As an added exercise, copy your letter to the server and validate it against the DTD using xmllint, or better yet, install xmllint on your desktop computer and validate it there.

Creating your own XML can be quite exciting and empowering, but it usually not a good idea because someone has probably already created an XML schema that does what you desire.

Flavors of XML

There is little reason to design your own mark-up language because somebody has probably already invented one to meet your needs. Some of the more common languages for libraries and other cultural heritage institutions include:

EAD (Encoded Archival Description) - EAD is an SGML/XML vocabulary used to markup archival finding aids. As you may or may not know, finding aids are formal descriptions of things usually found in institutional archives. These things are not limited to manuscripts, notes, letters, and published and published works of individuals or groups but increasingly include computer programs and data, film, video, sound recordings, and realia. Because of the volume of individual materials in these archives, items in the archives are usually not described individually but as collections.
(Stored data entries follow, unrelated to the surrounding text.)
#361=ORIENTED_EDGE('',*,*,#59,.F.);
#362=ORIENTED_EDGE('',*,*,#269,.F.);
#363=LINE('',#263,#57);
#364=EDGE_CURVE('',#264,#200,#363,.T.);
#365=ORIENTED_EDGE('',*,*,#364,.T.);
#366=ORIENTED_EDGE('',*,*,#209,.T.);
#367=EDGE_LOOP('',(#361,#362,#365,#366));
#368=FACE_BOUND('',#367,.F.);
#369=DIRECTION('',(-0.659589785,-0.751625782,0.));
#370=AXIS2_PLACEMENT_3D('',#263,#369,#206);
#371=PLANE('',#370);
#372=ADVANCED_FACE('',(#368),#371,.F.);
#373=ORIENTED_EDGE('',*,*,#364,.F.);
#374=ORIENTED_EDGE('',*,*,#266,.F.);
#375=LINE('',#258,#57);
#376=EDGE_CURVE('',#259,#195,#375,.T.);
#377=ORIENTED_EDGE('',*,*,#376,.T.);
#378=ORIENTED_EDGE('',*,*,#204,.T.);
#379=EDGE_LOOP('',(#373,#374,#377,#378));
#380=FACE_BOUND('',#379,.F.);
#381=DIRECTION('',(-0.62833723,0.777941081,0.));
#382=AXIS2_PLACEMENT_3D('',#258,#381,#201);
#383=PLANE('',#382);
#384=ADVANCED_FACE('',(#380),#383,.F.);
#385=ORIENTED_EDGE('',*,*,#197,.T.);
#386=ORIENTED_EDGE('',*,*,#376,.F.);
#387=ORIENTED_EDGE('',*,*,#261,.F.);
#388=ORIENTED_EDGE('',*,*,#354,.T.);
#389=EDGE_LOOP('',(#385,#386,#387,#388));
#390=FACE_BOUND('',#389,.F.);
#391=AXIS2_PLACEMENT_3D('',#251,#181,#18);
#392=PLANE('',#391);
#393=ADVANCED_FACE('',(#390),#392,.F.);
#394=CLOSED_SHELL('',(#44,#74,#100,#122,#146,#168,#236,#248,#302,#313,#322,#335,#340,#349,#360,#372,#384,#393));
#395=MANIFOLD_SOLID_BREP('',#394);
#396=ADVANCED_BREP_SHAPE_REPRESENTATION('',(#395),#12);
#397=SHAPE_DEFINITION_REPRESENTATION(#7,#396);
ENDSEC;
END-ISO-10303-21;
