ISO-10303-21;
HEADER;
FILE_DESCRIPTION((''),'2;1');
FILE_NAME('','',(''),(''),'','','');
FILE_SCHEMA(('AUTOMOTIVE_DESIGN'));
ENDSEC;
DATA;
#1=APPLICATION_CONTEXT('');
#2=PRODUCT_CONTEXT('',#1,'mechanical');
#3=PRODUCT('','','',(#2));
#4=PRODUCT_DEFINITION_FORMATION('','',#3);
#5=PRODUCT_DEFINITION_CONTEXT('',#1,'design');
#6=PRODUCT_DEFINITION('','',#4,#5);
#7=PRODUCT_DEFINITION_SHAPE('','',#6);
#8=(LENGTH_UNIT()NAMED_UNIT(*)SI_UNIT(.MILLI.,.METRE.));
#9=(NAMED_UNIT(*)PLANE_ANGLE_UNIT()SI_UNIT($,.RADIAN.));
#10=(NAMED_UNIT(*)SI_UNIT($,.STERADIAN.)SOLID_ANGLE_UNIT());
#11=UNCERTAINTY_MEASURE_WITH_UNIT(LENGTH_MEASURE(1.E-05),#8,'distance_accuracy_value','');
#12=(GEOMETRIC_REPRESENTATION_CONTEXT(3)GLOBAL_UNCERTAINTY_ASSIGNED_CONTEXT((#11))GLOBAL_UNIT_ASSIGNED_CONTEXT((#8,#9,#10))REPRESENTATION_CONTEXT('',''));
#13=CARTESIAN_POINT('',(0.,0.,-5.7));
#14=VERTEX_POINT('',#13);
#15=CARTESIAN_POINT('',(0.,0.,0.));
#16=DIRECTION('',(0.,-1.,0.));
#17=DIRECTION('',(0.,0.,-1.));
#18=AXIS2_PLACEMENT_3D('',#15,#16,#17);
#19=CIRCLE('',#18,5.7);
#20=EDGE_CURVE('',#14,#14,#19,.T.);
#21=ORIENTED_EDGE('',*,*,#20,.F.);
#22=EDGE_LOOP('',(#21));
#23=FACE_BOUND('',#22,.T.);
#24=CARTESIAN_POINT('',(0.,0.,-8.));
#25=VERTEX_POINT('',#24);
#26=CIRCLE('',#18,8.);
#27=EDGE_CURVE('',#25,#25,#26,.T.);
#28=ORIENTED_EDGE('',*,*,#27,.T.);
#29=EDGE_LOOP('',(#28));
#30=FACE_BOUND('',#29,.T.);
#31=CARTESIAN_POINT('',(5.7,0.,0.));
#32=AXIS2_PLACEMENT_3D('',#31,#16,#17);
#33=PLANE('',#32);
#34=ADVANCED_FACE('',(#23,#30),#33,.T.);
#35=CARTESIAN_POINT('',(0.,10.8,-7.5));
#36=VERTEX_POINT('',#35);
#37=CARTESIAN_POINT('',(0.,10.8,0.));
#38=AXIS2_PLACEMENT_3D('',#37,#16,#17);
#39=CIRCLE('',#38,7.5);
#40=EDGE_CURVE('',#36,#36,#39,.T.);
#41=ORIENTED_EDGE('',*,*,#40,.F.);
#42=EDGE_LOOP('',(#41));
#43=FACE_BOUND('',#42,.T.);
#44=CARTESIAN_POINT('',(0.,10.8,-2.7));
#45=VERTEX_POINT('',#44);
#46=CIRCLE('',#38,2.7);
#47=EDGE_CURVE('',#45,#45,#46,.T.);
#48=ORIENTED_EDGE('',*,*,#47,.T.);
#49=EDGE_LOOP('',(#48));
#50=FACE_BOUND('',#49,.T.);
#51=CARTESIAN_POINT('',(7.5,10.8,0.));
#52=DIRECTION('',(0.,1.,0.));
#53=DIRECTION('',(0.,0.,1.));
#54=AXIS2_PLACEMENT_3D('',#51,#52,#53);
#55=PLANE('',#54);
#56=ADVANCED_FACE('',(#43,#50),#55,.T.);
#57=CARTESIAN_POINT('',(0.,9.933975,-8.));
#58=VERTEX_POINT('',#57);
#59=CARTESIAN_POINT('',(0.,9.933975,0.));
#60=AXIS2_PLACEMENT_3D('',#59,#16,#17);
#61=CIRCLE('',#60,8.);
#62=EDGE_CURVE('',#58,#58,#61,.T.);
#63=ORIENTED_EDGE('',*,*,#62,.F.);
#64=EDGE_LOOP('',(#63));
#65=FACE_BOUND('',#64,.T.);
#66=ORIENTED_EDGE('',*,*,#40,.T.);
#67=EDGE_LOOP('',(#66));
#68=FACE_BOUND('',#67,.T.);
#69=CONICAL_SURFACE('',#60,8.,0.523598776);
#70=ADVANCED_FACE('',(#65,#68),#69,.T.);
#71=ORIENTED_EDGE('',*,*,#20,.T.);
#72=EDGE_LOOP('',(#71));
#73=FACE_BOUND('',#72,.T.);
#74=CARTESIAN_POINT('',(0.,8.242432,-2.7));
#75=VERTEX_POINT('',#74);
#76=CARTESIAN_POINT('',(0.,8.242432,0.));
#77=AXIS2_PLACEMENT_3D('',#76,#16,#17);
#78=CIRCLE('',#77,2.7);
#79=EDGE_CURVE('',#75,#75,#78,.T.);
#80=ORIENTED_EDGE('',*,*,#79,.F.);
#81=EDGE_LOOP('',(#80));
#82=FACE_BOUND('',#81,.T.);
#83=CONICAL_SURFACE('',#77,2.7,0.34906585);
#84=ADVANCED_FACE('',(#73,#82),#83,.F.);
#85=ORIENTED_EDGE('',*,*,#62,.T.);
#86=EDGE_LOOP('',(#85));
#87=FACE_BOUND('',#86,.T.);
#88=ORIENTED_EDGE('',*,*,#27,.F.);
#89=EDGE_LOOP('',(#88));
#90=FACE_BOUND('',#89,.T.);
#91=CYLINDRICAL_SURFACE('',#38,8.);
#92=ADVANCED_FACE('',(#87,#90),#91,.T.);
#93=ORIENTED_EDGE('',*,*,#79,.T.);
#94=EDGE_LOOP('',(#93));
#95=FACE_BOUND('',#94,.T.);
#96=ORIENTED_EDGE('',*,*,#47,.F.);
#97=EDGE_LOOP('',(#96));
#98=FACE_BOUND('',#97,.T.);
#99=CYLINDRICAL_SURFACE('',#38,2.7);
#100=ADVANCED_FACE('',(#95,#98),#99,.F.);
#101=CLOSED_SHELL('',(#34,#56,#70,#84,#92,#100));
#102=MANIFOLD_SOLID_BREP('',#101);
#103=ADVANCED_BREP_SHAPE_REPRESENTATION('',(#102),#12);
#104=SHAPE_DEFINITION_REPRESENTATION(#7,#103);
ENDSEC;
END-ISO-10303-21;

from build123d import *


with BuildPart() as part:
    # Sketch1 → Revolve1 (revolve)
    with BuildSketch(Plane.XY):
        Polygon((7.5, 10.8), (2.7, 10.8), (2.7, 8.242432258), (5.7, 0), (8, 0), (8, 9.933974596), align=None)
    revolve(axis=Axis((0, 10.8, 0), (0, -1, 0)))


solid = part.part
Furthermore, items are usually not organized by subject but more likely by date since the chronological order things were created embodies the development of the collections’ ideas. Because of these characteristics, items in archives are usually not described using MARC and increasingly described using EAD.
MARCXML - MARCXML is vocabulary supporting a “roundtrip” conversion of MARC data to XML. MARCXML has a place for each and every MARC bibliographic field, indicator, subfield, and well as the MARC leader. It is entirely possible to convert a MARC record (or file of MARC records) into a MARCXML file (or file of MARCXML records). Similarly, it is entirely possible to go from a MARCXML file to a MARC file. In neither case will any data be lost in translation. Thus, it is supports “roundtrip” conversions.
MODS (Metadata Object Description Schema) - MODS is a bibliographic schema with library applications in mind. Its elements are a subset of MARC 21 (and therefore MARCXML). It is designed to be more human-friendly than MARC 21 relying on language-based element names as opposed to numeric codes. Instead of denoting a title the code 245 in MARC/MARCXML it is called “title” in MODS. In short, it is a schema designed to build on the good work of MARC and traditional cataloging, and at the same time it is designed to meet the needs of today’s environment.
RDF (Resource Description Framework) - RDF is for encoding metadata in an XML syntax. RDF is very much like the idea of encoding meta data in the meta tags of HTML documents. Using the HTML model, meta tags first define a name for the meta tag, say, title. Next, the content attribute of the HTML meta tag is the value for the title, such as Gone With The Wind. For example, the following meta tag may appear in an HTML document: <meta name='title' content='Gone With The Wind'/>. These name/value pairs are intended to describe the HTML document where they are encoded. HTML documents have URL’s. These three things, the name, the value, and the URL form what’s called, in RDF parlance, a triplet. RDF is all about creating these triplets; it is all about creating name/value pairs and using them to describe the content at URLs.
TEI (Text Encoding Initiative) - TEI is a grand daddy of markup languages. It is most often used by the humanities community to mark up literary works such as poems and prose. Many times these communities digitally scan original documents, convert the documents into text using optical character recognition techniques, correct the errors, and mark up the resulting text in TEI. Ideally a scholar would have on hand an original copy of a book or manuscript along side a digital version in TEI. Using these two things in combination the scholar would be able to very thoroughly analyze the text and create new knowledge.
XHTML - XHTML a pure XML implementation of HTML. Therefore the seven rules of XML syntax apply: there is one root element, element names are case-sensitive (lower-case), elements must be closed, elements must be correctly nested, attributes must be quoted, and the special characters must be encoded as entities. There are a few XHTML vocabularies ranging from a very strict version allowing no stylistic tags or tables to a much more lenient version where such things are simply not encouraged. XHTML documents require a DOCTYPE declaration at the beginning of the file in order to specify what version of XHTML follows.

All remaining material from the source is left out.